Uneinheitlich ist der Tokioter Aktienmarkt am Dienstag aus dem Handel gegangen - der Nikkei-225-Index gewann 0,5 Prozent.

vwd TOKIO. Uneinheitlich sind die Aktienkurse in Tokio am Dienstag aus dem Handel gegangen. Der Nikkei-225-Index gewann 0,5 % bzw. 75,04 auf 14 539,60 Yen und der Nikkei-300-Index 0,3 % bzw. 0,71 auf 275,74 Punkte. Der Topix-Index büßte dagegen 0,4 % bzw. 5,28 auf 1 379,96 Punkte ein. Gehandelt wurden 566,23 Mill. Aktien, nach 429,48 Mill. am Montag. Dabei standen 799 Kursverlierern 488-gewinner gegenüber, 165 Titel schlossen unverändert. Eindeckungen von Leerverkäufen hätten zum Sitzungsende die Standardwerte in die Gewinnzone gehievt, berichteten Marktteilnehmer.
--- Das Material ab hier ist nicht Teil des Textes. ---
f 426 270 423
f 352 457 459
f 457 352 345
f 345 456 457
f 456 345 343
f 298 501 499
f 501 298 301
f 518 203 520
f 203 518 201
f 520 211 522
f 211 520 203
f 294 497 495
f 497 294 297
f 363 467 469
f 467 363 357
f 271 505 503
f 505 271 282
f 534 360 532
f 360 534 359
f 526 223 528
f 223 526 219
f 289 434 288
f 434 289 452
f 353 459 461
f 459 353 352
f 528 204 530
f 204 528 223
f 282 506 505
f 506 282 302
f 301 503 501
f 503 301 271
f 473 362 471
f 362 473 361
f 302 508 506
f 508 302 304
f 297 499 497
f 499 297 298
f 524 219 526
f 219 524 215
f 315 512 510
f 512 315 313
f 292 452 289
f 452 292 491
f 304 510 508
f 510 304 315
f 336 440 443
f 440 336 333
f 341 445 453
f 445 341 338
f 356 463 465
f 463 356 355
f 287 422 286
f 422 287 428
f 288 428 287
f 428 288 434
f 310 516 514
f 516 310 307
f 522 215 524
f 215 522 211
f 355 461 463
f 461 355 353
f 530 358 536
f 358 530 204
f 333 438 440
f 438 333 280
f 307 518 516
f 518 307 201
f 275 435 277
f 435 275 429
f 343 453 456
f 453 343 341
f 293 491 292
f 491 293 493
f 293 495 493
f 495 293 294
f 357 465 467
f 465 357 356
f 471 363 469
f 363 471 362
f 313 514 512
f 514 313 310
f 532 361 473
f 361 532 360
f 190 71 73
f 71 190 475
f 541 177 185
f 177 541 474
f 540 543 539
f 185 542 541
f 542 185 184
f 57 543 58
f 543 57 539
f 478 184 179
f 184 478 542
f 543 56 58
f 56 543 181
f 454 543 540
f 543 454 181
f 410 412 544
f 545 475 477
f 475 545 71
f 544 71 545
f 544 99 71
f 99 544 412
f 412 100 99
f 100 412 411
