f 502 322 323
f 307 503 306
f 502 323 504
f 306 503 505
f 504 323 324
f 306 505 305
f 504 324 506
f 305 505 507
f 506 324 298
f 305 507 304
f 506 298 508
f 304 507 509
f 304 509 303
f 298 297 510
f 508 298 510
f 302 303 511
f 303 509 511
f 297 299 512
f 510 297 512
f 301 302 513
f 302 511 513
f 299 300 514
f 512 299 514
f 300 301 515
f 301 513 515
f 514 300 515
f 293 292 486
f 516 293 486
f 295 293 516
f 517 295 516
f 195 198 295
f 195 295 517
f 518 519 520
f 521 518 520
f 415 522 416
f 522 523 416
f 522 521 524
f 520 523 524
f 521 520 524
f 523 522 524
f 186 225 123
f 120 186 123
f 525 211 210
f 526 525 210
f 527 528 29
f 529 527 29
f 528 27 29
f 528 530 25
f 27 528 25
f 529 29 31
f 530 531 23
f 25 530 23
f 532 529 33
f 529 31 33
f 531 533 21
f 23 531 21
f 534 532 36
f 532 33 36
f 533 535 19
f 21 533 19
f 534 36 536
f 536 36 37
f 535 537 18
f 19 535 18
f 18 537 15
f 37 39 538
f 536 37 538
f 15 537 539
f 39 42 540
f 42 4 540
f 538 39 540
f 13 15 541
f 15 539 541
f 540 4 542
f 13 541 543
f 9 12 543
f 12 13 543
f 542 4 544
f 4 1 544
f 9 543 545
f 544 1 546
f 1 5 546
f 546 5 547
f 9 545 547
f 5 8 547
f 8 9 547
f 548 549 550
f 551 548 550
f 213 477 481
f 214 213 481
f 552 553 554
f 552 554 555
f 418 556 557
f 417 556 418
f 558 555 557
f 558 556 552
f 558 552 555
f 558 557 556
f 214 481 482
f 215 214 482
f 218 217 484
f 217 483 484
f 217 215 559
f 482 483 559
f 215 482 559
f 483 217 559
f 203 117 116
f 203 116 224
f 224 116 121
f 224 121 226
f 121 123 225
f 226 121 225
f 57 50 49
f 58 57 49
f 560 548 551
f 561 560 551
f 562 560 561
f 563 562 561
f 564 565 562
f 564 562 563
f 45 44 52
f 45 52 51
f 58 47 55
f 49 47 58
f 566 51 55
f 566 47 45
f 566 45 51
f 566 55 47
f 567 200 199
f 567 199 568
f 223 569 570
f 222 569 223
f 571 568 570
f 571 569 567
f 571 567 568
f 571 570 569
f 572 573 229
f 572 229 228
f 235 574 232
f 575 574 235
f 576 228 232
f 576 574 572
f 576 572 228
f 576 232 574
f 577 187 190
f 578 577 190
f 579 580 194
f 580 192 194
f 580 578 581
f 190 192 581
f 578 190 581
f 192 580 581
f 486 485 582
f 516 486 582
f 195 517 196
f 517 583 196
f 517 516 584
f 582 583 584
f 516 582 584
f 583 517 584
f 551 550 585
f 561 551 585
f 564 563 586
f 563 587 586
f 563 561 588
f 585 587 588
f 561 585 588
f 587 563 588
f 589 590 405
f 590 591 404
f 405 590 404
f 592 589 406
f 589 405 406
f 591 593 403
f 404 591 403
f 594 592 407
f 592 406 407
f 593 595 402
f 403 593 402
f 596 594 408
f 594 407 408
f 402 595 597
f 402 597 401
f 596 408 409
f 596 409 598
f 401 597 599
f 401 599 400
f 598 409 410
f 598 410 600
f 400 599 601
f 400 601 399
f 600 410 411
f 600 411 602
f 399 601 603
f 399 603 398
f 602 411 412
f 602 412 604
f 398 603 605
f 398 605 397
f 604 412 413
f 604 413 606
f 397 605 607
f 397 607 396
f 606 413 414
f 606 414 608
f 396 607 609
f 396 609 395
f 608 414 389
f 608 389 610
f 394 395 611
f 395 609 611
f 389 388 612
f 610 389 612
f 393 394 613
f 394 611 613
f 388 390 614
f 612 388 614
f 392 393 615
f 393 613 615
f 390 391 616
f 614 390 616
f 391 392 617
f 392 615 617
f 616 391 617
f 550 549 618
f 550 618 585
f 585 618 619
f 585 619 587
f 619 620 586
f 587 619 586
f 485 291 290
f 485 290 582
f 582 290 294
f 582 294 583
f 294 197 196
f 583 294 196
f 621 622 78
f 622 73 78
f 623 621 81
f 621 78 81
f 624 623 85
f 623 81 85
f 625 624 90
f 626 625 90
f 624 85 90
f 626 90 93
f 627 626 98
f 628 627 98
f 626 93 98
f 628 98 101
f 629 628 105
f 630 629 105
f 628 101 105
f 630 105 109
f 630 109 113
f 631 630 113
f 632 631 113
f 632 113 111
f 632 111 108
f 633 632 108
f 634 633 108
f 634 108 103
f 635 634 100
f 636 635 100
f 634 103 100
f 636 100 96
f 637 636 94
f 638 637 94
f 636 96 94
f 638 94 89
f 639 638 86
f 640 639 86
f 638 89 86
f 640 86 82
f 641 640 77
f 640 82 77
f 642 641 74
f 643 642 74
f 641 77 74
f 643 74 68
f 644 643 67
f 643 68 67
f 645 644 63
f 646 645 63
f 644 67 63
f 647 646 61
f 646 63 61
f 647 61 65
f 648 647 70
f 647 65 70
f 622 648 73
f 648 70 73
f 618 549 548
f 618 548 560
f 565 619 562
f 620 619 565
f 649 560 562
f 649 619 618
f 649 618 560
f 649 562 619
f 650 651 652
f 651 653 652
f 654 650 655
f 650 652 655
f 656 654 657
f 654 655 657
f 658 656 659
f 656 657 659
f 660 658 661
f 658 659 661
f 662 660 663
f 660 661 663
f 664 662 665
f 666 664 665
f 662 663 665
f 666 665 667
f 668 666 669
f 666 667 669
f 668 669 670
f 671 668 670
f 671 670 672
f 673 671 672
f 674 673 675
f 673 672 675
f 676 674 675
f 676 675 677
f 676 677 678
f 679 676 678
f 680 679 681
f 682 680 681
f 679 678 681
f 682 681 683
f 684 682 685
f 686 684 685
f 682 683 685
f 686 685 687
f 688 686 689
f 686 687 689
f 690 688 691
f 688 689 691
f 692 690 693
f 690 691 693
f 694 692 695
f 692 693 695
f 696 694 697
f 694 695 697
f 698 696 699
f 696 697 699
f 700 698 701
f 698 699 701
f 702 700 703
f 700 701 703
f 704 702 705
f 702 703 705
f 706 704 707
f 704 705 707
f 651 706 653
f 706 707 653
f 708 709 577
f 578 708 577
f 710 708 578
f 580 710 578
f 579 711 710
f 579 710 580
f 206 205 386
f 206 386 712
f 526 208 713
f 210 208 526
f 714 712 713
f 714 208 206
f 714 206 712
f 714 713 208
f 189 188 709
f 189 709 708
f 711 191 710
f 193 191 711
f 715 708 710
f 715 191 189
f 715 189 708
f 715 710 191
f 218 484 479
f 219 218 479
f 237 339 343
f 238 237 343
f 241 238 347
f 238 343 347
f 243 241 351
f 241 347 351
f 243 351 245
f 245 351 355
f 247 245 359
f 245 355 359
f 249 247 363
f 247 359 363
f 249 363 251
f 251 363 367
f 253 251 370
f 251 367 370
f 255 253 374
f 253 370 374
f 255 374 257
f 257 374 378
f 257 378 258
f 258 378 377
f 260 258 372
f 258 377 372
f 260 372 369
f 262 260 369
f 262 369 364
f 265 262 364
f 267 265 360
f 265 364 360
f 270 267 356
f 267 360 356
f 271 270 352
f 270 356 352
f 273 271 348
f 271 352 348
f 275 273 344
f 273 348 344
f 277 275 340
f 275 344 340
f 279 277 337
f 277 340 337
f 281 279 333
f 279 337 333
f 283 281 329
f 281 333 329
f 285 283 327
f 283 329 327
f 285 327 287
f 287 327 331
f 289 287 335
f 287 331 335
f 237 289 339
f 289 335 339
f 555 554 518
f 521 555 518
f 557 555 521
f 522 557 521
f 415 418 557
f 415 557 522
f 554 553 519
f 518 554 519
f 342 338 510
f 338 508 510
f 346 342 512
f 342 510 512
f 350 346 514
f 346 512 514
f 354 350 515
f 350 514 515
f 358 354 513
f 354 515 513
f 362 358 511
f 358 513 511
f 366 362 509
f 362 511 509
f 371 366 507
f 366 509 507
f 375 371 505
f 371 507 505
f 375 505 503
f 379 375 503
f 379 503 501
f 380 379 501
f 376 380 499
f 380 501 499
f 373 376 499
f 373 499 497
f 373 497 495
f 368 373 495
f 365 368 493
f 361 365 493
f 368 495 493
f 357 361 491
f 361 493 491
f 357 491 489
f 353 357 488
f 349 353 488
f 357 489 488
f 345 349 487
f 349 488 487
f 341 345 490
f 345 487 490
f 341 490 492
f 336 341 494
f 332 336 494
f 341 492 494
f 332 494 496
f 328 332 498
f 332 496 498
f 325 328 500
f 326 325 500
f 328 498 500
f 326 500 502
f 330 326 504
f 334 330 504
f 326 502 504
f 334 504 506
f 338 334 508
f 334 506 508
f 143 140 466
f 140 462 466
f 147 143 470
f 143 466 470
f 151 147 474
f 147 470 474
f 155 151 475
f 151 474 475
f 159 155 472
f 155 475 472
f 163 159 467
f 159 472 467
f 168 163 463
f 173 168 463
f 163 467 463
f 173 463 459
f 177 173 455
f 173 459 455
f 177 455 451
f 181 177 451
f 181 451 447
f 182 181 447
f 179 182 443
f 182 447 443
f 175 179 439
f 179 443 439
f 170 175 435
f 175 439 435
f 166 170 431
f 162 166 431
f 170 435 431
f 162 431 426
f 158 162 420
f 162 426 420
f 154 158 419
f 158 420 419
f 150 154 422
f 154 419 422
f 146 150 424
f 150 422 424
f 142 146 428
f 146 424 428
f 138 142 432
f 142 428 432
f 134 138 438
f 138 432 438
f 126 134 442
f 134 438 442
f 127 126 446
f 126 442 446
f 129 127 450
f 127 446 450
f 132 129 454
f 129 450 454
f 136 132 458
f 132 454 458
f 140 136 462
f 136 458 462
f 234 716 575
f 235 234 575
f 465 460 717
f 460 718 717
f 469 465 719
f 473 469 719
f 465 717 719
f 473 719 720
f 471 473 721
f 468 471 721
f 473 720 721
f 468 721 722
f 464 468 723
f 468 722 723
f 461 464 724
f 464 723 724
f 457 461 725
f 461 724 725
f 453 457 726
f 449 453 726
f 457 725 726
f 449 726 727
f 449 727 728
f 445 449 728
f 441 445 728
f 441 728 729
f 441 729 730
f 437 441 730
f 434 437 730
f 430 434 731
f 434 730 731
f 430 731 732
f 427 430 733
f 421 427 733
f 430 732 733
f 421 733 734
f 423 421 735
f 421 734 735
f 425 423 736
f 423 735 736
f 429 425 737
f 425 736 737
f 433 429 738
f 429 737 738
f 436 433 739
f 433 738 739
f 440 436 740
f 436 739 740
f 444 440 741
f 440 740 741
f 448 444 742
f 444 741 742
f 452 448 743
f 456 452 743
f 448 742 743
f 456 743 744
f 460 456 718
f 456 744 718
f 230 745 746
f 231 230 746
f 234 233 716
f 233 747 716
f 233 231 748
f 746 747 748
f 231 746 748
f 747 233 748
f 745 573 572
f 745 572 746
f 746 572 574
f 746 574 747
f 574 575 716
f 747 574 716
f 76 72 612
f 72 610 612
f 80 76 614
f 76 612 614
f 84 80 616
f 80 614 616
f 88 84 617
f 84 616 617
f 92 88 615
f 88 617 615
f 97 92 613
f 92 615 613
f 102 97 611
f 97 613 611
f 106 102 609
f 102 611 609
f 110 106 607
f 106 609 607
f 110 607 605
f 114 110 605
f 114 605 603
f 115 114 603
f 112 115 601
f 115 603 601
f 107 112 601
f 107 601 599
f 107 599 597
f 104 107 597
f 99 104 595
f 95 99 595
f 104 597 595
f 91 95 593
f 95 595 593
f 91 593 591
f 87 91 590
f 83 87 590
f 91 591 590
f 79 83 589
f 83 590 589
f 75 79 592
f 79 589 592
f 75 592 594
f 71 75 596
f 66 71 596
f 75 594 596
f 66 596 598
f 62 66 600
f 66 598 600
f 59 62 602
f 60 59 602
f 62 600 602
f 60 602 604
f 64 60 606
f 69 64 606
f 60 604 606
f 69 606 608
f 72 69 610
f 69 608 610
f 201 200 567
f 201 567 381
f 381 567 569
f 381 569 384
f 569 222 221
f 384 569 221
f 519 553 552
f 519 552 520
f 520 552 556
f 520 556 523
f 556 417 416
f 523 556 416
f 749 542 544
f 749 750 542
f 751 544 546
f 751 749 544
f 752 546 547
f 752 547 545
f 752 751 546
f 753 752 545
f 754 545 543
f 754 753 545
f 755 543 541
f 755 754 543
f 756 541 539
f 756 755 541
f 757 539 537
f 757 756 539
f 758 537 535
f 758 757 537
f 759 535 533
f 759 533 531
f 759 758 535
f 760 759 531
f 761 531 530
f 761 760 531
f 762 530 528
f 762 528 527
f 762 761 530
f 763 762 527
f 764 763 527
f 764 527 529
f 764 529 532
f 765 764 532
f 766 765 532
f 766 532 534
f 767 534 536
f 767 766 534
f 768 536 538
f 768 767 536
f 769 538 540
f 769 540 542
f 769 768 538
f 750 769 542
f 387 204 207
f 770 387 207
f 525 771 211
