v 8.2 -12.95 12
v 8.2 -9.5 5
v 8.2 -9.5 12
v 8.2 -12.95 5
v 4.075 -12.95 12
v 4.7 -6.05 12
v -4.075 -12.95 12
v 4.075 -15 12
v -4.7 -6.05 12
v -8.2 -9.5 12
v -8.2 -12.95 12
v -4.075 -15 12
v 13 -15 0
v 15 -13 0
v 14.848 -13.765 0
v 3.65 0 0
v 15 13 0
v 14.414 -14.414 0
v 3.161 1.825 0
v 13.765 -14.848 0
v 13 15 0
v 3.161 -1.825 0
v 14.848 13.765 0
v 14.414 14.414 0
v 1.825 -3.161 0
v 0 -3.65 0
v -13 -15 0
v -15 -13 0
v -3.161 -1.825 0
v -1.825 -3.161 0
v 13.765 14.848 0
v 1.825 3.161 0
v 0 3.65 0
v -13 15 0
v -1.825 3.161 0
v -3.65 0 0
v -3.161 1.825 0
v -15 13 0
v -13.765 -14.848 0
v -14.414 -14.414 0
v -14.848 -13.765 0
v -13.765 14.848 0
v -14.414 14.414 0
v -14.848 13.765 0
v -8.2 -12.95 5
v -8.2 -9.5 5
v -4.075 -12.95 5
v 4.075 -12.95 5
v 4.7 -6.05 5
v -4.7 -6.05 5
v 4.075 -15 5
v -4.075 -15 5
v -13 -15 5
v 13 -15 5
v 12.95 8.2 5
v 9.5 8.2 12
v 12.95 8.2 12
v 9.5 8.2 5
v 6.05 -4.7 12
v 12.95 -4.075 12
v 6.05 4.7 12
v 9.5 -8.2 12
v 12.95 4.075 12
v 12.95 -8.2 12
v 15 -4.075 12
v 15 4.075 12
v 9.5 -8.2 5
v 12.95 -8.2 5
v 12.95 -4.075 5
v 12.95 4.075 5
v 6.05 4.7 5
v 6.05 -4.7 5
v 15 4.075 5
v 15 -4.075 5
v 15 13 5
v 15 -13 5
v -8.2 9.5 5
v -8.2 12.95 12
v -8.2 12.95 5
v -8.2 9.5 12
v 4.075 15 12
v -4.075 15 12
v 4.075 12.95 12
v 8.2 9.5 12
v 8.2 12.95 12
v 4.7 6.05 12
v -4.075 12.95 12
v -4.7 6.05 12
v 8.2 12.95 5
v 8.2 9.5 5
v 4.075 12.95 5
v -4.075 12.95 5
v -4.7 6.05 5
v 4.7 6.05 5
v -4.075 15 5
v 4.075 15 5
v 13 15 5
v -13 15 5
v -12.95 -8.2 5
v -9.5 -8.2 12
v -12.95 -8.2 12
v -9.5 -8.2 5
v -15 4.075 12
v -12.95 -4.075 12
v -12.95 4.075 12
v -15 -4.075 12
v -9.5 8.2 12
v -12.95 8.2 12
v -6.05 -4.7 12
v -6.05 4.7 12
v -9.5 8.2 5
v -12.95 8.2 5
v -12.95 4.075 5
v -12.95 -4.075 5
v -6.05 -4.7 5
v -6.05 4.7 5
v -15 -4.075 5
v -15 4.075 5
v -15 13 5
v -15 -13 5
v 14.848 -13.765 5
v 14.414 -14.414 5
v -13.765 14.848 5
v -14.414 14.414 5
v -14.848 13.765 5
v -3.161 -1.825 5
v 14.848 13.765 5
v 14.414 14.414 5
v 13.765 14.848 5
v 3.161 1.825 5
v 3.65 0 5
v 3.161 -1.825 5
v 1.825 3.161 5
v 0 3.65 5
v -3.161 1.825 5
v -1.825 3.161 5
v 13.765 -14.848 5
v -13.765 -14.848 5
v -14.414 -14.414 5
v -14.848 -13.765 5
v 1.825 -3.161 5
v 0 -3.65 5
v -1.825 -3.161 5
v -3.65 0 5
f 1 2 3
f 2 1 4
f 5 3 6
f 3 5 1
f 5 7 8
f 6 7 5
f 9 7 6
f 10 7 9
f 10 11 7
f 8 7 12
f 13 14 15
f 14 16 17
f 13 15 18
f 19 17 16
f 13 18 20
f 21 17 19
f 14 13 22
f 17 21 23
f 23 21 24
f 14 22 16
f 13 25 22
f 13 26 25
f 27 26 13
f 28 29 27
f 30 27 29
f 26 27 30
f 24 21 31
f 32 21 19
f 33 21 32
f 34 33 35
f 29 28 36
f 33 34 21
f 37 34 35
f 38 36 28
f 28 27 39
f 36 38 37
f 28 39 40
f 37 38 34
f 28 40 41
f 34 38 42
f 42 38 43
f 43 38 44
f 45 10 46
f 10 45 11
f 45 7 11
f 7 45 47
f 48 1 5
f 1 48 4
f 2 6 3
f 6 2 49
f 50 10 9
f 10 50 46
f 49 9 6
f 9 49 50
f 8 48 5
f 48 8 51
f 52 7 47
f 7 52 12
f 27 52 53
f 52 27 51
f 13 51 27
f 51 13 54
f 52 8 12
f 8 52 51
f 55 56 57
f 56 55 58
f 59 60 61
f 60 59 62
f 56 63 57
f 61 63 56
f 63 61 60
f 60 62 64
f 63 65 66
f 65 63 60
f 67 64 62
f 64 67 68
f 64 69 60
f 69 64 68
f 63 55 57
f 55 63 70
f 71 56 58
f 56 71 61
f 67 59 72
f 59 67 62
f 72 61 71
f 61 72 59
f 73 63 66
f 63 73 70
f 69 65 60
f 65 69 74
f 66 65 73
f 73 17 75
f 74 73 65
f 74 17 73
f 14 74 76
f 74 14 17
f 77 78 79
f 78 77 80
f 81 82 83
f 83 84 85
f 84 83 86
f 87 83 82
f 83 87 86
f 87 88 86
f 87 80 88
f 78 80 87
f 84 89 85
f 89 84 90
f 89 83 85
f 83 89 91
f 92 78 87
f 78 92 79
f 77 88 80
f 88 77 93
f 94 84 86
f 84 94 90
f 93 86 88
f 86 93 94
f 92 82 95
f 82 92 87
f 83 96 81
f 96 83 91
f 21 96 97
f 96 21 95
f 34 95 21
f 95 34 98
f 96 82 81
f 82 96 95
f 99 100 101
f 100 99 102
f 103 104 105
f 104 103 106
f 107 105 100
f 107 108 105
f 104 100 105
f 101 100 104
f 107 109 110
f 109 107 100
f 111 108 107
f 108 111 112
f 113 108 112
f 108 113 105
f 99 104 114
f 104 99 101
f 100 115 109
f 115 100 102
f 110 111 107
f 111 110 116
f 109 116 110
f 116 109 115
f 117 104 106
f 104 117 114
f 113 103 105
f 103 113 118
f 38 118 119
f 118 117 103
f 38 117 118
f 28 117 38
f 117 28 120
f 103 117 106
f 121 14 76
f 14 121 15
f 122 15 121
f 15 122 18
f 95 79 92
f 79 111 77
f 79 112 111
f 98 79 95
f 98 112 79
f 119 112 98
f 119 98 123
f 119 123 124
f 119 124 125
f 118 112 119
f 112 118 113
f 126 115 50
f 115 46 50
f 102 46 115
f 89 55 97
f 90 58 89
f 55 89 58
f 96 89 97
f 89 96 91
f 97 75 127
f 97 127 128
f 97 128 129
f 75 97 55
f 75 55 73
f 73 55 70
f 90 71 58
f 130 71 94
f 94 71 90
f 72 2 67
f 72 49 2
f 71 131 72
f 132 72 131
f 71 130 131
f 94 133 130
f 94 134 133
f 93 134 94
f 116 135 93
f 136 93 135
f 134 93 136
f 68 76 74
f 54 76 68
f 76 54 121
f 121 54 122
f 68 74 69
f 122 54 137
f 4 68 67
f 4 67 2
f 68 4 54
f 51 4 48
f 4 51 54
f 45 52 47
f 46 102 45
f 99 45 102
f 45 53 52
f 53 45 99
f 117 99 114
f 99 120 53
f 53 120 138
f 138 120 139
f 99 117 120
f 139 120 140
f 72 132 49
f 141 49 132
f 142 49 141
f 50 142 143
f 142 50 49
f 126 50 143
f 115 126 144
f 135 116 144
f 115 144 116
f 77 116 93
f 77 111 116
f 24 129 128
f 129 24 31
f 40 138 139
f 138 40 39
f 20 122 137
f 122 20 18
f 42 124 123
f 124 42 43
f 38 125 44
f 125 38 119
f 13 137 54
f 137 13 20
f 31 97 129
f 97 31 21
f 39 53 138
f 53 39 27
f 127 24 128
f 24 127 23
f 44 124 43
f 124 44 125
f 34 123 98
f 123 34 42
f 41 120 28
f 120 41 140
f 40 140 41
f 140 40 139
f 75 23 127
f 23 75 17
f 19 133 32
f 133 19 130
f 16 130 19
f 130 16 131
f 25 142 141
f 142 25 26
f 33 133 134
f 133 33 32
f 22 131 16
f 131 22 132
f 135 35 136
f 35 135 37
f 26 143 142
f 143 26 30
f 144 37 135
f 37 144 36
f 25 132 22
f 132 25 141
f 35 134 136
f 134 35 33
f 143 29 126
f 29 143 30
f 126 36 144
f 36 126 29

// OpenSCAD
/* [Nominal Extrusion Dimensions] */

// Nominal width of the extrusion (i.e. 3030 = 30mm)
extrusion_width=30;

// Nominal width of the outer slot
slot_width=8.25;

// Nominal depth / height of the outer slot
slot_height=2.0;

// Nominal width of the t-slot channel at the top of the channel
tslot_top_width=16.5;

// Nominal height of the square portion of the t-slot channel
tslot_cube_height=3.5;

// Nominal height of the trapezoid portion of the t-slot channel
tslot_trap_height=3.5;

/* [End Cap Dimensions] */

// The amount of "margin" or gap around the tabs of the endcap (0.0 - need a hammer; 0.2 - snug; 0.5 - very loose)
undersize=0.05; // [0.0:0.05:0.5]

// Thickness of the cover / endcap
cover_thickness=5.0;

// Corner rounding diameter (in mm)
corner_rounding=2.0;

// Hole size (0 for no hole, otherwize specify exact desired diameter)
hole_size=7.3;

// Overall height of the tabs / inserts
tab_height=7;

/* [Hidden] */

// Nominal width of the t-slot channel at the bottom of the channel
tslot_bottom_width=tslot_top_width-tslot_trap_height*2;  // Because the angle of the trapezoid sides needs to be at 45 degrees, the triangle on each side is an isocolese triangle. Therefore the width of the top of the trapezoid is the bottom width - 2 times the height of the trapezoid


difference() {
	union() {
        
        // CREATE 4 SIDES OF COVER INSERTS
		for (a=[0:3])
			rotate([0,0,90*a])
				translate([0,-extrusion_width/2,0])
					t_slot();
		
        // CREATE COVER BASE WITH ROUNDED CORNERS
		translate([-extrusion_width/2+corner_rounding, -extrusion_width/2+corner_rounding,0])
			minkowski() {
				cube([extrusion_width-corner_rounding*2,extrusion_width-corner_rounding*2,cover_thickness-1]);
				cylinder(r=corner_rounding, h=1, $fn=16);
			}
	}
    
    // CREATE HOLE IN COVER
	cylinder(r=hole_size/2, h=cover_thickness*4, center=true);
}

module t_slot() {
    
    // CREATE SLOT
	translate([-slot_width/2+undersize,0,0])
		cube([slot_width-undersize*2, slot_height+undersize, tab_height+cover_thickness]);
    
    if (tslot_cube_height == 0) {
        
        // CREATE T-SLOT CHANNEL (TRAPEZOID SECTION)
        translate([0,slot_height+undersize,0])
            linear_extrude(height=tab_height+cover_thickness)
                trapezoid(bottom=tslot_top_width-undersize*2, top=tslot_bottom_width-undersize*2, height=tslot_trap_height-undersize*2);
        
    }
    
    else {
        
        // CREATE T-SLOT CHANNEL (CUBE SECTION)
        translate([-tslot_top_width/2+undersize,slot_height+undersize,0])
            cube([tslot_top_width-undersize*2,tslot_cube_height-undersize,tab_height+cover_thickness]);
        
        // CREATE T-SLOT CHANNEL (TRAPEZOID SECTION)
        translate([0,slot_height+tslot_cube_height,0])
            linear_extrude(height=tab_height+cover_thickness)
                trapezoid(bottom=tslot_top_width-undersize*2, top=tslot_bottom_width-undersize*2, height=tslot_trap_height-undersize);
    }
}


module trapezoid(bottom=10, top=5, height=2)
{
	polygon(points=[[-bottom/2,0],[bottom/2,0],[top/2,height],[-top/2,height]]);
}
Zudem seien neue Investmentfonds als Käufer aufgetreten und hätten den Markt gestützt. Das Aufwärtspotenzial sei begrenzt gewesen, da Investoren sich über die Entwicklung bei den US-Technologiewerten sorgten. Der Markt sei jedoch überverkauft angesichts der konjunkturellen Fundamentaldaten sowie der Unternehmensgewinne, meinte Shigeharu Shiraishi, Direktor bei SG Yamaichi Asset Management. Wenn ausländische Investoren wieder an den Markt zurück kehrten, könnte der Nikkei-225-Index schnell in Richtung 16 000 Yen steigen und bei 17 000 Yen zum Jahrenende stehen. Noch seien die Anleger jedoch desillusioniert hinsichtlich der Situation in Japan.

Denn die japanischen Politiker und Manager der traditionellen Industriebereiche zeigten sich Reformunwillig, erklärte Shiraishi. Bei den Einzelwerten ragten am Dienstag Nissan Motor mit deutlichen Kursgewinne hervor. Der Automobilhersteller hatte am Montag die Gewinnprognosen für das laufende Geschäftsjahr angehoben, da das im vergangenen Oktober eingeführte Kostensparprogramme nun erste Erfolge zeige. Die Anleger honorierten die Meldung mit einem Auschlag von 9,5 % auf 749 Yen. Keine Gnade kannten Investoren dagegen für Sony auf Grund der Gewinnwarnung in der Vorwoche. Die Aktien büßten erneut 5,1 % auf 8 720 Yen ein.

Matsushita Electric erhöhten sich um 3,6 % auf 3 170 Yen. Mit der Aussicht auf robuste Ergebnisse stufte Morgan Stanley Dean Witter die Aktie auf "Strong Buy" von zuvor "Outperform" hoch. Gesucht waren Aktien von Arabian Oil, die 8,5 % auf 408 Yen kletterten. Der Wert gilt als möglicher Profiteur von den Verhandlungen zwischen Japan und Iran über den Ausbau eines Ölfelds im Iran.